**ASSIGNMENT:** Repeat exactly, and only, the lines below starting at the line that contains "f 78 82 134" and ending at the line that contains "f 20 146 145", inclusive of both.
==========
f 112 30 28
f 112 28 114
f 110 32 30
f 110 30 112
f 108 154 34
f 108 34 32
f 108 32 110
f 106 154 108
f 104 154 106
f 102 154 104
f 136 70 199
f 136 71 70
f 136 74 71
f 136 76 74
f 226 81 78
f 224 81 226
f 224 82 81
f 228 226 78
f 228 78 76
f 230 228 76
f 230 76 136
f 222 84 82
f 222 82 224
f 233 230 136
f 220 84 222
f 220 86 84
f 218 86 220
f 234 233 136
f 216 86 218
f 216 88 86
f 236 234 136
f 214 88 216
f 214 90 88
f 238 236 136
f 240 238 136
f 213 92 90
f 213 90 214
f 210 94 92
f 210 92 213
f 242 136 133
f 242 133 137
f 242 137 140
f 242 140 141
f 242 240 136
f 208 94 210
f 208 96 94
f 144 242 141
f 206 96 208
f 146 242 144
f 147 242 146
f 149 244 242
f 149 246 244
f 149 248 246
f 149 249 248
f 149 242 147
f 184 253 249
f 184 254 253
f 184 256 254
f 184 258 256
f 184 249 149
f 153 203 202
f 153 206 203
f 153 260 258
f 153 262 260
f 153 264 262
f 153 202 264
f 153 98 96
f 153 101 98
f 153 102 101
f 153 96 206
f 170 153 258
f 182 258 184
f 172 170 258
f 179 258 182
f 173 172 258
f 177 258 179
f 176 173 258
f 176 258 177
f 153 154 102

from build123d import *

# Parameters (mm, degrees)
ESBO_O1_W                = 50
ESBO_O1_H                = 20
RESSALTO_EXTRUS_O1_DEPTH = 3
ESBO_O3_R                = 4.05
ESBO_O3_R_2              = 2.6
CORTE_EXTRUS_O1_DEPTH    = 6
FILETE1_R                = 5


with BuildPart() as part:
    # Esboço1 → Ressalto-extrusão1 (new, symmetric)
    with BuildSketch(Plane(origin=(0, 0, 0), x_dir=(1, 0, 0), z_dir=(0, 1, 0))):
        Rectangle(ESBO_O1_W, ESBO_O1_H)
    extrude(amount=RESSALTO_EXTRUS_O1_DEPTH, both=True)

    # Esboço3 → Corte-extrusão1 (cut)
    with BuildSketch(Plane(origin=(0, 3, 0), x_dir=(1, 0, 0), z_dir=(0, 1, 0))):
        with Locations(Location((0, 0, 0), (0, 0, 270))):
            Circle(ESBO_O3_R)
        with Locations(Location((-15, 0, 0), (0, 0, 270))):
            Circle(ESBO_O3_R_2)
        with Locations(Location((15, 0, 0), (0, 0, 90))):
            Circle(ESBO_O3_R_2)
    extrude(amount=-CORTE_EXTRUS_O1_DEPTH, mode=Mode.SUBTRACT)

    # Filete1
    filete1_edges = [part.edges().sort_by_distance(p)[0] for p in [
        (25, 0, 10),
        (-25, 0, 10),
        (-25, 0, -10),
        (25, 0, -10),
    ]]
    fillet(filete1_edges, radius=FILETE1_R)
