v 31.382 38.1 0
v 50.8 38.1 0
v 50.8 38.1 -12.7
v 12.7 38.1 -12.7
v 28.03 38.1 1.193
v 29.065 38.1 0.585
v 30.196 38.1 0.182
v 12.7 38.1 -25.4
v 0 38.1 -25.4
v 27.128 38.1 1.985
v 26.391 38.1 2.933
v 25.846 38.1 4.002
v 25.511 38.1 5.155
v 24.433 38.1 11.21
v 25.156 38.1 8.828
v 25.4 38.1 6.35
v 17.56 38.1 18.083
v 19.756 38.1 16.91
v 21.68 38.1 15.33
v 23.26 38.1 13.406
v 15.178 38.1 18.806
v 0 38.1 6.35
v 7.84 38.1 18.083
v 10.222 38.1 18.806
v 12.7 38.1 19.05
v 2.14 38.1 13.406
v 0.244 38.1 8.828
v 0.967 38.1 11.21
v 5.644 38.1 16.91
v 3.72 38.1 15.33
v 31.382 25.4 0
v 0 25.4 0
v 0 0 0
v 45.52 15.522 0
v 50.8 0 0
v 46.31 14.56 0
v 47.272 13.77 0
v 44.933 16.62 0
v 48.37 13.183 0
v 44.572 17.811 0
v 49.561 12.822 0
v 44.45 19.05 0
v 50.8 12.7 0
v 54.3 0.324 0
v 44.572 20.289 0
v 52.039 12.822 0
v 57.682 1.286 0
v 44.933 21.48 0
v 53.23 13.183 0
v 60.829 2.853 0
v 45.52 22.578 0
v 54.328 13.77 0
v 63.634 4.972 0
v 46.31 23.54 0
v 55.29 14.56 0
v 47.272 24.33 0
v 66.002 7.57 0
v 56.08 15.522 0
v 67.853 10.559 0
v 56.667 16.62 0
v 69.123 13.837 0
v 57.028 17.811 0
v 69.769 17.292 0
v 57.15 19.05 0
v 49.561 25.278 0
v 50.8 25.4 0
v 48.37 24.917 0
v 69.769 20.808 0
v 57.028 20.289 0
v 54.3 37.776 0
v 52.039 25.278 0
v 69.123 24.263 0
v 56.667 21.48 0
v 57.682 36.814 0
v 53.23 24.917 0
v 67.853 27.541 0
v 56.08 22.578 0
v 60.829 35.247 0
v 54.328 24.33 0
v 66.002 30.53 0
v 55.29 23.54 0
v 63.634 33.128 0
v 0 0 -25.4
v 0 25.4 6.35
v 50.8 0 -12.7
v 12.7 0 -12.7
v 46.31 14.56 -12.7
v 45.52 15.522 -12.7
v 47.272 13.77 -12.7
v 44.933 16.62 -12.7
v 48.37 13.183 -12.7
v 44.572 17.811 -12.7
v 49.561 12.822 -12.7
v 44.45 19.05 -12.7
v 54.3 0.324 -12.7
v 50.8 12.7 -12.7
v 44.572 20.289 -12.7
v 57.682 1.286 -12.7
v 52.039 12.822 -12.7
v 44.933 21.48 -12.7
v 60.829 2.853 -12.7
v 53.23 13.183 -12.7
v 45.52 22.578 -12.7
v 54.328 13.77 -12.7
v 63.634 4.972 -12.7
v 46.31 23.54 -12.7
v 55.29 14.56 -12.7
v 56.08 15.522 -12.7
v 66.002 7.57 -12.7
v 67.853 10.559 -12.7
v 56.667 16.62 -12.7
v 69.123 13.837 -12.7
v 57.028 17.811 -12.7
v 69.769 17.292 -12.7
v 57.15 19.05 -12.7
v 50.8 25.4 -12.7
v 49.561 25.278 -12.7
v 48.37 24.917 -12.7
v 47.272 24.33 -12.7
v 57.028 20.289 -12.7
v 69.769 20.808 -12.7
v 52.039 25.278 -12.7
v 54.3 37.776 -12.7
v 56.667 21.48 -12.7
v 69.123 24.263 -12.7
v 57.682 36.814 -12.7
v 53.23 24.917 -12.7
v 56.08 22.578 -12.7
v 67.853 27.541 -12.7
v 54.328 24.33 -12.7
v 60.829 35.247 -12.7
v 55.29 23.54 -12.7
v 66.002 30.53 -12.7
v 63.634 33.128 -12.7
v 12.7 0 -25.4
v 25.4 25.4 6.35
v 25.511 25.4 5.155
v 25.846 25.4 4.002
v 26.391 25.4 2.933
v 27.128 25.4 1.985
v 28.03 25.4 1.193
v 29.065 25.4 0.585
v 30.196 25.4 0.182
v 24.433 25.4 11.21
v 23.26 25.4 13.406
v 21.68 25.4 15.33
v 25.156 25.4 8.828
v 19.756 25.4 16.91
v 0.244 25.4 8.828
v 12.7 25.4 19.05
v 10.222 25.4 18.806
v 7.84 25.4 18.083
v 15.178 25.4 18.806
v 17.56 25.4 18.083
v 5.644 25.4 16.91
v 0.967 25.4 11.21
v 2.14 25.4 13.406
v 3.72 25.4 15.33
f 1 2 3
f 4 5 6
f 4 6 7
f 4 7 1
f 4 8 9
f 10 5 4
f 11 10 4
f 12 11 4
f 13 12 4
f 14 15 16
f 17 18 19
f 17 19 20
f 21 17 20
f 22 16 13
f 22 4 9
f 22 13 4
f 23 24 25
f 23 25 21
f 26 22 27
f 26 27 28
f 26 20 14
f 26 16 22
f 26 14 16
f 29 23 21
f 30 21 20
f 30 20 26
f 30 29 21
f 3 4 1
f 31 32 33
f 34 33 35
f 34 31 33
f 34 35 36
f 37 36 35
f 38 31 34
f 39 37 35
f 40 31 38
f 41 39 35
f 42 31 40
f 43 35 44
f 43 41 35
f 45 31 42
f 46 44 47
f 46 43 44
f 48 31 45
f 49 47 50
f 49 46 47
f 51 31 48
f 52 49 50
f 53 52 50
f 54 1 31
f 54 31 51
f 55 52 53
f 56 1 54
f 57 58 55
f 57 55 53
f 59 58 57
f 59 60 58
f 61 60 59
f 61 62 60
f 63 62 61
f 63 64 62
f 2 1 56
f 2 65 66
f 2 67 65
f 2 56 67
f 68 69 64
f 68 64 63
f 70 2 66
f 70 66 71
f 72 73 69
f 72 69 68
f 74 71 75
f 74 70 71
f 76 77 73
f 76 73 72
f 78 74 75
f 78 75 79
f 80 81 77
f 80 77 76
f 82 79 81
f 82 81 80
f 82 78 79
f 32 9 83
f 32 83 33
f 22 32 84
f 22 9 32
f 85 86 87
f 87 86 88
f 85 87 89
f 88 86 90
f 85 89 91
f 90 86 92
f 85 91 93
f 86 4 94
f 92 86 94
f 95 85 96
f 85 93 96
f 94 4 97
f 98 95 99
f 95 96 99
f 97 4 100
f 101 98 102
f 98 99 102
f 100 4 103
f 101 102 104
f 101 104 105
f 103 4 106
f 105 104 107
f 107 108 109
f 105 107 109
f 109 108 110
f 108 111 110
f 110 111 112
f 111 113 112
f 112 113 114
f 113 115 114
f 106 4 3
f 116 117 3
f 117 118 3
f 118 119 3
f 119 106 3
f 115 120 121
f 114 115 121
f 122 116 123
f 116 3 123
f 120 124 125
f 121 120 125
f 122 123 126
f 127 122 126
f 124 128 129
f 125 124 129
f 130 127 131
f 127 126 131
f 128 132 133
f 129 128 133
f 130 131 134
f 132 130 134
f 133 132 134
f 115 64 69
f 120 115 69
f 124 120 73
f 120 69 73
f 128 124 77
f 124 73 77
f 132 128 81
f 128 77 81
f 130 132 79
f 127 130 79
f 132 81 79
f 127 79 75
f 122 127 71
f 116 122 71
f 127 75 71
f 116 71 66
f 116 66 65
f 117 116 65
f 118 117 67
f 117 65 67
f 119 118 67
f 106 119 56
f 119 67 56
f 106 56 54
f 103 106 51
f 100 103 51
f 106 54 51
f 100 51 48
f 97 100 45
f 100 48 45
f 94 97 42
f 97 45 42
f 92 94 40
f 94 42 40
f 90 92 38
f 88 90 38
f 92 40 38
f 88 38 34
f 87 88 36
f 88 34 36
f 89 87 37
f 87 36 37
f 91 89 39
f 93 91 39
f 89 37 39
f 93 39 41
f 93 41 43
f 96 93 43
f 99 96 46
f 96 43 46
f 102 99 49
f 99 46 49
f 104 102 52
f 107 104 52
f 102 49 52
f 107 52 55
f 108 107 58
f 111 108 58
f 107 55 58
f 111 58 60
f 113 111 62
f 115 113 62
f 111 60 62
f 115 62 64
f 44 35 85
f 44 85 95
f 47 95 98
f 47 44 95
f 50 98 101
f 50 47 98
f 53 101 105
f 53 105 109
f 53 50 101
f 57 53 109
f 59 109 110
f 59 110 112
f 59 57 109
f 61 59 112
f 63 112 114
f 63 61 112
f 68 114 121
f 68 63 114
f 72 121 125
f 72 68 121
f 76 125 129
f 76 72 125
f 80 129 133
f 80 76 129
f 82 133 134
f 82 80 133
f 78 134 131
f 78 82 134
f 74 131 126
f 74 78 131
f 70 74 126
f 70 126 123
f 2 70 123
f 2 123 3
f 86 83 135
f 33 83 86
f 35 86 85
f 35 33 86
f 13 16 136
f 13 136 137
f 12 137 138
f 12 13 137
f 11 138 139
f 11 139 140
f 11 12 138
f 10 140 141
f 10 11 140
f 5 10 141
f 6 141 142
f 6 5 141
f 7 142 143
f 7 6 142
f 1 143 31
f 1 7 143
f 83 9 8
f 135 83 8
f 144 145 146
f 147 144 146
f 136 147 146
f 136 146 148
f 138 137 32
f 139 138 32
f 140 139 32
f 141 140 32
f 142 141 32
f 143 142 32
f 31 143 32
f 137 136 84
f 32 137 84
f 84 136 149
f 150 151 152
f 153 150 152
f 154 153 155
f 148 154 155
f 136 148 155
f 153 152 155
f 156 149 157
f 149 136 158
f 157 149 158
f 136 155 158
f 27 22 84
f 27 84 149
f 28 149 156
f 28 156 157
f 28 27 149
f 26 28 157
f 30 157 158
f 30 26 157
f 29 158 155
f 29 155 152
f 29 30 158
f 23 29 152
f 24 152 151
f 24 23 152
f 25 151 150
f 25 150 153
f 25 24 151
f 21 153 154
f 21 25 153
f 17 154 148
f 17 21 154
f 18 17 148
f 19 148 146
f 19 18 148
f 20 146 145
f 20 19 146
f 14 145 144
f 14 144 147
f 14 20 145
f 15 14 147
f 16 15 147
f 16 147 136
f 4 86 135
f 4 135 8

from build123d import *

# Parameters (mm, degrees)
F0_R     = 6.35
F1_DEPTH = 12.7
F0_W     = 12.7
F0_H     = 38.1
F2_DEPTH = 25.4
F4_DEPTH = 12.7


with BuildPart() as f1:
    # F0 (on Top) → F1 (new body)
    with BuildSketch(Plane.XY):
        with BuildLine():
            Line((12.7, 38.1), (12.7, 0))
            Line((12.7, 0), (50.8, 0))
            ThreePointArc((50.8, 0), (69.85, 19.05), (50.8, 38.1))
            Line((50.8, 38.1), (12.7, 38.1))
        make_face()
        with Locations((50.8, 19.05)):
            Circle(F0_R, mode=Mode.SUBTRACT)
    extrude(amount=-F1_DEPTH)

    # F0 (on Top) → F2 (join)
    with BuildSketch(Plane.XY):
        with Locations((6.35, 19.05)):
            Rectangle(F0_W, F0_H)
    extrude(amount=-F2_DEPTH)

    # F3 (on face) → F4 (join)
    with BuildSketch(Plane(origin=(0, 38.1, 0), x_dir=(-1, 0, 0), z_dir=(0, 1, 0))):
        with BuildLine():
            Line((-25.4, 0), (0, 0))
            Line((0, 0), (0, 6.35))
            ThreePointArc((0, 6.35), (-12.7, 19.05), (-25.4, 6.35))
            ThreePointArc((-25.4, 6.35), (-27.127977, 1.985086), (-31.382129, 0))
            Line((-31.382129, 0), (-25.4, 0))
        make_face()
    extrude(amount=-F4_DEPTH)


solid = f1.part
==========
**EXERCISE RESPONSE:**
f 78 82 134
f 74 131 126
f 74 78 131
f 70 74 126
f 70 126 123
f 2 70 123
f 2 123 3
f 86 83 135
f 33 83 86
f 35 86 85
f 35 33 86
f 13 16 136
f 13 136 137
f 12 137 138
f 12 13 137
f 11 138 139
f 11 139 140
f 11 12 138
f 10 140 141
f 10 11 140
f 5 10 141
f 6 141 142
f 6 5 141
f 7 142 143
f 7 6 142
f 1 143 31
f 1 7 143
f 83 9 8
f 135 83 8
f 144 145 146
f 147 144 146
f 136 147 146
f 136 146 148
f 138 137 32
f 139 138 32
f 140 139 32
f 141 140 32
f 142 141 32
f 143 142 32
f 31 143 32
f 137 136 84
f 32 137 84
f 84 136 149
f 150 151 152
f 153 150 152
f 154 153 155
f 148 154 155
f 136 148 155
f 153 152 155
f 156 149 157
f 149 136 158
f 157 149 158
f 136 155 158
f 27 22 84
f 27 84 149
f 28 149 156
f 28 156 157
f 28 27 149
f 26 28 157
f 30 157 158
f 30 26 157
f 29 158 155
f 29 155 152
f 29 30 158
f 23 29 152
f 24 152 151
f 24 23 152
f 25 151 150
f 25 150 153
f 25 24 151
f 21 153 154
f 21 25 153
f 17 154 148
f 17 21 154
f 18 17 148
f 19 148 146
f 19 18 148
f 20 146 145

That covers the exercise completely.